Your instructions
If a line in the following entries holds the string "Locations", include it in the tally. State the total and nothing further.

Data listing
----------
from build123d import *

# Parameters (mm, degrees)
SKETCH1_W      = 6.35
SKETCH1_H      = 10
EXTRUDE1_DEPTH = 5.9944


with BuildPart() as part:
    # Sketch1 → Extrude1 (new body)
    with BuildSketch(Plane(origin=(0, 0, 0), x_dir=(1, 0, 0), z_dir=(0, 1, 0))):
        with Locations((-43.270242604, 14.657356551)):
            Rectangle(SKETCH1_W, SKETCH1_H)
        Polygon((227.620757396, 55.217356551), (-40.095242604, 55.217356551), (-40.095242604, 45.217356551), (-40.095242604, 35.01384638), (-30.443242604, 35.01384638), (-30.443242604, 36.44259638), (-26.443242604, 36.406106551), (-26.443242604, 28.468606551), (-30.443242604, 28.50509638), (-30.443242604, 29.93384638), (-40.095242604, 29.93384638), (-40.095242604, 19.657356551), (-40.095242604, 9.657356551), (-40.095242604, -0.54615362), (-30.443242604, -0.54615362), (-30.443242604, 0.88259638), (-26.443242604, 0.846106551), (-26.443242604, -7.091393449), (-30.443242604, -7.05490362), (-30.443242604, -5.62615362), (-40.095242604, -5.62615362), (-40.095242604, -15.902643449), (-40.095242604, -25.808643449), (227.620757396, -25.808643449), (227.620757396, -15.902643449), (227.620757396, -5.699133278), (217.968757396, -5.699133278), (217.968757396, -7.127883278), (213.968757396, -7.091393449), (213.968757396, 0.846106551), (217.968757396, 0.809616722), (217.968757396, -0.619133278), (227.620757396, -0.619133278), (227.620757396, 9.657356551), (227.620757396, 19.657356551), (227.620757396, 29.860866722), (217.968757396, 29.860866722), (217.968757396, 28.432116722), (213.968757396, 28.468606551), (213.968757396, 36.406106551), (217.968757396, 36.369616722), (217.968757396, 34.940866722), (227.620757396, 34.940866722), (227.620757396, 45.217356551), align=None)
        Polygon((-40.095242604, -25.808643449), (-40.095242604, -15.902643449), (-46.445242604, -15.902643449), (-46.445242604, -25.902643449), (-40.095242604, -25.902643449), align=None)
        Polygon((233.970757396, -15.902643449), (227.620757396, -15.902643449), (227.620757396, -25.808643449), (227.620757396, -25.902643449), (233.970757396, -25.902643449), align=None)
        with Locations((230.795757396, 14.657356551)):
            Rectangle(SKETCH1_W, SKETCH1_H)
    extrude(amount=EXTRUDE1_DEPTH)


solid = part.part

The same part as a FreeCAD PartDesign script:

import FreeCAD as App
import Part
import Sketcher

V = App.Vector
Q = App.Units.Quantity


def add_polygon(sketch, points):
    """Adds a closed chain of lines whose ends are joined by coincident constraints."""
    first, n = sketch.GeometryCount, len(points)
    for a, b in zip(points, points[1:] + points[:1]):
        sketch.addGeometry(Part.LineSegment(App.Vector(*a, 0), App.Vector(*b, 0)), False)
    for i in range(n):
        sketch.addConstraint(Sketcher.Constraint("Coincident", first + i, 2, first + (i + 1) % n, 1))

doc = App.newDocument("Part")
params = doc.addObject("Spreadsheet::Sheet", "Params")
for row, (alias, value) in enumerate([
    ("sketch1_width", "0.25 in"),
    ("sketch1_width2", "0.38 in"),
    ("sketch1_width3", "10.54 in"),
    ("sketch1_height", "0.3125 in"),
    ("pad1_length", "0.236 in"),
], start=1):
    params.set(f"A{row}", alias)
    params.set(f"B{row}", "=" + value)
    params.setAlias(f"B{row}", alias)

body = doc.addObject("PartDesign::Body", "Body")

sketch1 = doc.addObject("Sketcher::SketchObject", "Sketch")
body.addObject(sketch1)
sketch1.AttachmentSupport = (doc.XZ_Plane, [""])
sketch1.MapMode = "FlatFace"
add_polygon(sketch1, [(-46.45, -19.66), (-46.45, -9.66), (-40.1, -9.66), (-40.1, 0.55), (-30.44, 0.55), (-30.44, -0.88), (-26.44, -0.85), (-26.44, 7.09), (-30.44, 7.05), (-30.44, 5.63), (-40.1, 5.63), (-40.1, 15.9), (-46.45, 15.9), (-46.45, 25.9), (-40.1, 25.9), (-40.1, 25.81), (227.62, 25.81), (227.62, 25.9), (233.97, 25.9), (233.97, 15.9), (227.62, 15.9), (227.62, 5.7), (217.97, 5.7), (217.97, 7.13), (213.97, 7.09), (213.97, -0.85), (217.97, -0.81), (217.97, 0.62), (227.62, 0.62), (227.62, -9.66), (233.97, -9.66), (233.97, -19.66), (227.62, -19.66), (227.62, -29.86), (217.97, -29.86), (217.97, -28.43), (213.97, -28.47), (213.97, -36.41), (217.97, -36.37), (217.97, -34.94), (227.62, -34.94), (227.62, -55.22), (-40.1, -55.22), (-40.1, -35.01), (-30.44, -35.01), (-30.44, -36.44), (-26.44, -36.41), (-26.44, -28.47), (-30.44, -28.51), (-30.44, -29.93), (-40.1, -29.93), (-40.1, -19.66)])
sketch1.addConstraint(Sketcher.Constraint("Vertical", 0))
sketch1.addConstraint(Sketcher.Constraint("Horizontal", 1))
sketch1.addConstraint(Sketcher.Constraint("Vertical", 2))
sketch1.addConstraint(Sketcher.Constraint("Horizontal", 3))
sketch1.addConstraint(Sketcher.Constraint("Vertical", 4))
sketch1.addConstraint(Sketcher.Constraint("Vertical", 6))
sketch1.addConstraint(Sketcher.Constraint("Vertical", 8))
sketch1.addConstraint(Sketcher.Constraint("Horizontal", 9))
sketch1.addConstraint(Sketcher.Constraint("Vertical", 10))
sketch1.addConstraint(Sketcher.Constraint("Horizontal", 11))
sketch1.addConstraint(Sketcher.Constraint("Vertical", 12))
sketch1.addConstraint(Sketcher.Constraint("Horizontal", 13))
sketch1.addConstraint(Sketcher.Constraint("Vertical", 14))
sketch1.addConstraint(Sketcher.Constraint("Horizontal", 15))
sketch1.addConstraint(Sketcher.Constraint("Vertical", 16))
sketch1.addConstraint(Sketcher.Constraint("Horizontal", 17))
sketch1.addConstraint(Sketcher.Constraint("Vertical", 18))
sketch1.addConstraint(Sketcher.Constraint("Horizontal", 19))
sketch1.addConstraint(Sketcher.Constraint("Vertical", 20))
sketch1.addConstraint(Sketcher.Constraint("Horizontal", 21))
sketch1.addConstraint(Sketcher.Constraint("Vertical", 22))
sketch1.addConstraint(Sketcher.Constraint("Vertical", 24))
sketch1.addConstraint(Sketcher.Constraint("Vertical", 26))
sketch1.addConstraint(Sketcher.Constraint("Horizontal", 27))
sketch1.addConstraint(Sketcher.Constraint("Vertical", 28))
sketch1.addConstraint(Sketcher.Constraint("Horizontal", 29))
sketch1.addConstraint(Sketcher.Constraint("Vertical", 30))
sketch1.addConstraint(Sketcher.Constraint("Horizontal", 31))
sketch1.addConstraint(Sketcher.Constraint("Vertical", 32))
sketch1.addConstraint(Sketcher.Constraint("Horizontal", 33))
sketch1.addConstraint(Sketcher.Constraint("Vertical", 34))
sketch1.addConstraint(Sketcher.Constraint("Vertical", 36))
sketch1.addConstraint(Sketcher.Constraint("Vertical", 38))
sketch1.addConstraint(Sketcher.Constraint("Horizontal", 39))
sketch1.addConstraint(Sketcher.Constraint("Vertical", 40))
sketch1.addConstraint(Sketcher.Constraint("Horizontal", 41))
sketch1.addConstraint(Sketcher.Constraint("Vertical", 42))
sketch1.addConstraint(Sketcher.Constraint("Horizontal", 43))
sketch1.addConstraint(Sketcher.Constraint("Vertical", 44))
sketch1.addConstraint(Sketcher.Constraint("Vertical", 46))
sketch1.addConstraint(Sketcher.Constraint("Vertical", 48))
sketch1.addConstraint(Sketcher.Constraint("Horizontal", 49))
sketch1.addConstraint(Sketcher.Constraint("Vertical", 50))
sketch1.addConstraint(Sketcher.Constraint("Horizontal", 51))
sketch1.addConstraint(Sketcher.Constraint("Parallel", 5, 7))
sketch1.addConstraint(Sketcher.Constraint("Parallel", 7, 23))
sketch1.addConstraint(Sketcher.Constraint("Parallel", 23, 25))
sketch1.addConstraint(Sketcher.Constraint("Parallel", 25, 35))
sketch1.addConstraint(Sketcher.Constraint("Parallel", 35, 37))
sketch1.addConstraint(Sketcher.Constraint("Parallel", 37, 45))
sketch1.addConstraint(Sketcher.Constraint("Parallel", 45, 47))
sketch1.addConstraint(Sketcher.Constraint("Horizontal", 13, 2, 16, 2))
sketch1.addConstraint(Sketcher.Constraint("Horizontal", 11, 2, 18, 2))
sketch1.addConstraint(Sketcher.Constraint("Horizontal", 6, 2, 23, 2))
sketch1.addConstraint(Sketcher.Constraint("Horizontal", 5, 2, 24, 2))
sketch1.addConstraint(Sketcher.Constraint("Horizontal", 1, 2, 28, 2))
sketch1.addConstraint(Sketcher.Constraint("Horizontal", 36, 2, 45, 2))
sketch1.addConstraint(Sketcher.Constraint("Horizontal", 35, 2, 46, 2))
sketch1.addConstraint(Sketcher.Constraint("Horizontal", 31, 2, 50, 2))
sketch1.addConstraint(Sketcher.Constraint("Vertical", 4, 2, 7, 2))
sketch1.addConstraint(Sketcher.Constraint("Vertical", 2, 2, 9, 2))
sketch1.addConstraint(Sketcher.Constraint("Vertical", 0, 2, 11, 2))
sketch1.addConstraint(Sketcher.Constraint("Vertical", 10, 2, 13, 2))
sketch1.addConstraint(Sketcher.Constraint("Vertical", 16, 2, 19, 2))
sketch1.addConstraint(Sketcher.Constraint("Vertical", 22, 2, 25, 2))
sketch1.addConstraint(Sketcher.Constraint("Vertical", 20, 2, 27, 2))
sketch1.addConstraint(Sketcher.Constraint("Vertical", 18, 2, 29, 2))
sketch1.addConstraint(Sketcher.Constraint("Vertical", 28, 2, 31, 2))
sketch1.addConstraint(Sketcher.Constraint("Vertical", 26, 2, 33, 2))
sketch1.addConstraint(Sketcher.Constraint("Vertical", 24, 2, 35, 2))
sketch1.addConstraint(Sketcher.Constraint("Vertical", 34, 2, 37, 2))
sketch1.addConstraint(Sketcher.Constraint("Vertical", 32, 2, 39, 2))
sketch1.addConstraint(Sketcher.Constraint("Vertical", 14, 2, 41, 2))
sketch1.addConstraint(Sketcher.Constraint("Vertical", 8, 2, 43, 2))
sketch1.addConstraint(Sketcher.Constraint("Vertical", 6, 2, 45, 2))
sketch1.addConstraint(Sketcher.Constraint("Vertical", 44, 2, 47, 2))
sketch1.addConstraint(Sketcher.Constraint("Vertical", 42, 2, 49, 2))
sketch1.addConstraint(Sketcher.Constraint("Equal", 13, 17))
sketch1.addConstraint(Sketcher.Constraint("Equal", 9, 21))
sketch1.addConstraint(Sketcher.Constraint("Equal", 4, 8))
sketch1.addConstraint(Sketcher.Constraint("Equal", 0, 12))
sketch1.addConstraint(Sketcher.Constraint("Equal", 2, 20))
sketch1.addConstraint(Sketcher.Constraint("Equal", 8, 22))
sketch1.addConstraint(Sketcher.Constraint("Equal", 22, 26))
sketch1.addConstraint(Sketcher.Constraint("Equal", 20, 32))
sketch1.addConstraint(Sketcher.Constraint("Equal", 26, 34))
sketch1.addConstraint(Sketcher.Constraint("Equal", 24, 36))
sketch1.addConstraint(Sketcher.Constraint("Equal", 34, 38))
sketch1.addConstraint(Sketcher.Constraint("Equal", 38, 44))
sketch1.addConstraint(Sketcher.Constraint("Equal", 44, 48))
sketch1.addConstraint(Sketcher.Constraint("Equal", 7, 23))
sketch1.addConstraint(Sketcher.Constraint("DistanceX", 1, 1, 1, 2, Q("0.25 in")))
sketch1.addConstraint(Sketcher.Constraint("DistanceX", 3, 1, 3, 2, Q("0.38 in")))
sketch1.addConstraint(Sketcher.Constraint("DistanceX", 15, 1, 15, 2, Q("10.54 in")))
sketch1.addConstraint(Sketcher.Constraint("DistanceY", 3, 2, 8, 2, Q("0.2 in")))
sketch1.addConstraint(Sketcher.Constraint("DistanceY", 32, 2, 27, 2, Q("1.2 in")))
sketch1.addConstraint(Sketcher.Constraint("DistanceY", 6, 1, 6, 2, Q("0.3125 in")))
sketch1.addConstraint(Sketcher.Constraint("DistanceY", 10, 2, 14, 2, Q("0.39 in")))
sketch1.addConstraint(Sketcher.Constraint("DistanceY", 0, 1, 0, 2, 10.0))
sketch1.addConstraint(Sketcher.Constraint("DistanceY", 2, 1, 2, 2, 10.20351))
sketch1.addConstraint(Sketcher.Constraint("DistanceY", 40, 2, 40, 1, 20.27649))
sketch1.addConstraint(Sketcher.Constraint("DistanceX", 4, 2, 5, 2, 4.0))
sketch1.addConstraint(Sketcher.Constraint("DistanceX", 0, 2, -1, 1, 46.445243))
sketch1.addConstraint(Sketcher.Constraint("DistanceY", 0, 2, -1, 1, 9.657357))
sketch1.setExpression("Constraints[143]", "Params.sketch1_width")
sketch1.setExpression("Constraints[144]", "Params.sketch1_width2")
sketch1.setExpression("Constraints[145]", "Params.sketch1_width3")
sketch1.setExpression("Constraints[148]", "Params.sketch1_height")
pad1 = doc.addObject("PartDesign::Pad", "Pad")
body.addObject(pad1)
pad1.Profile = sketch1
pad1.setExpression("Length", "Params.pad1_length")
pad1.Reversed = True

doc.recompute()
----------
Answer section
2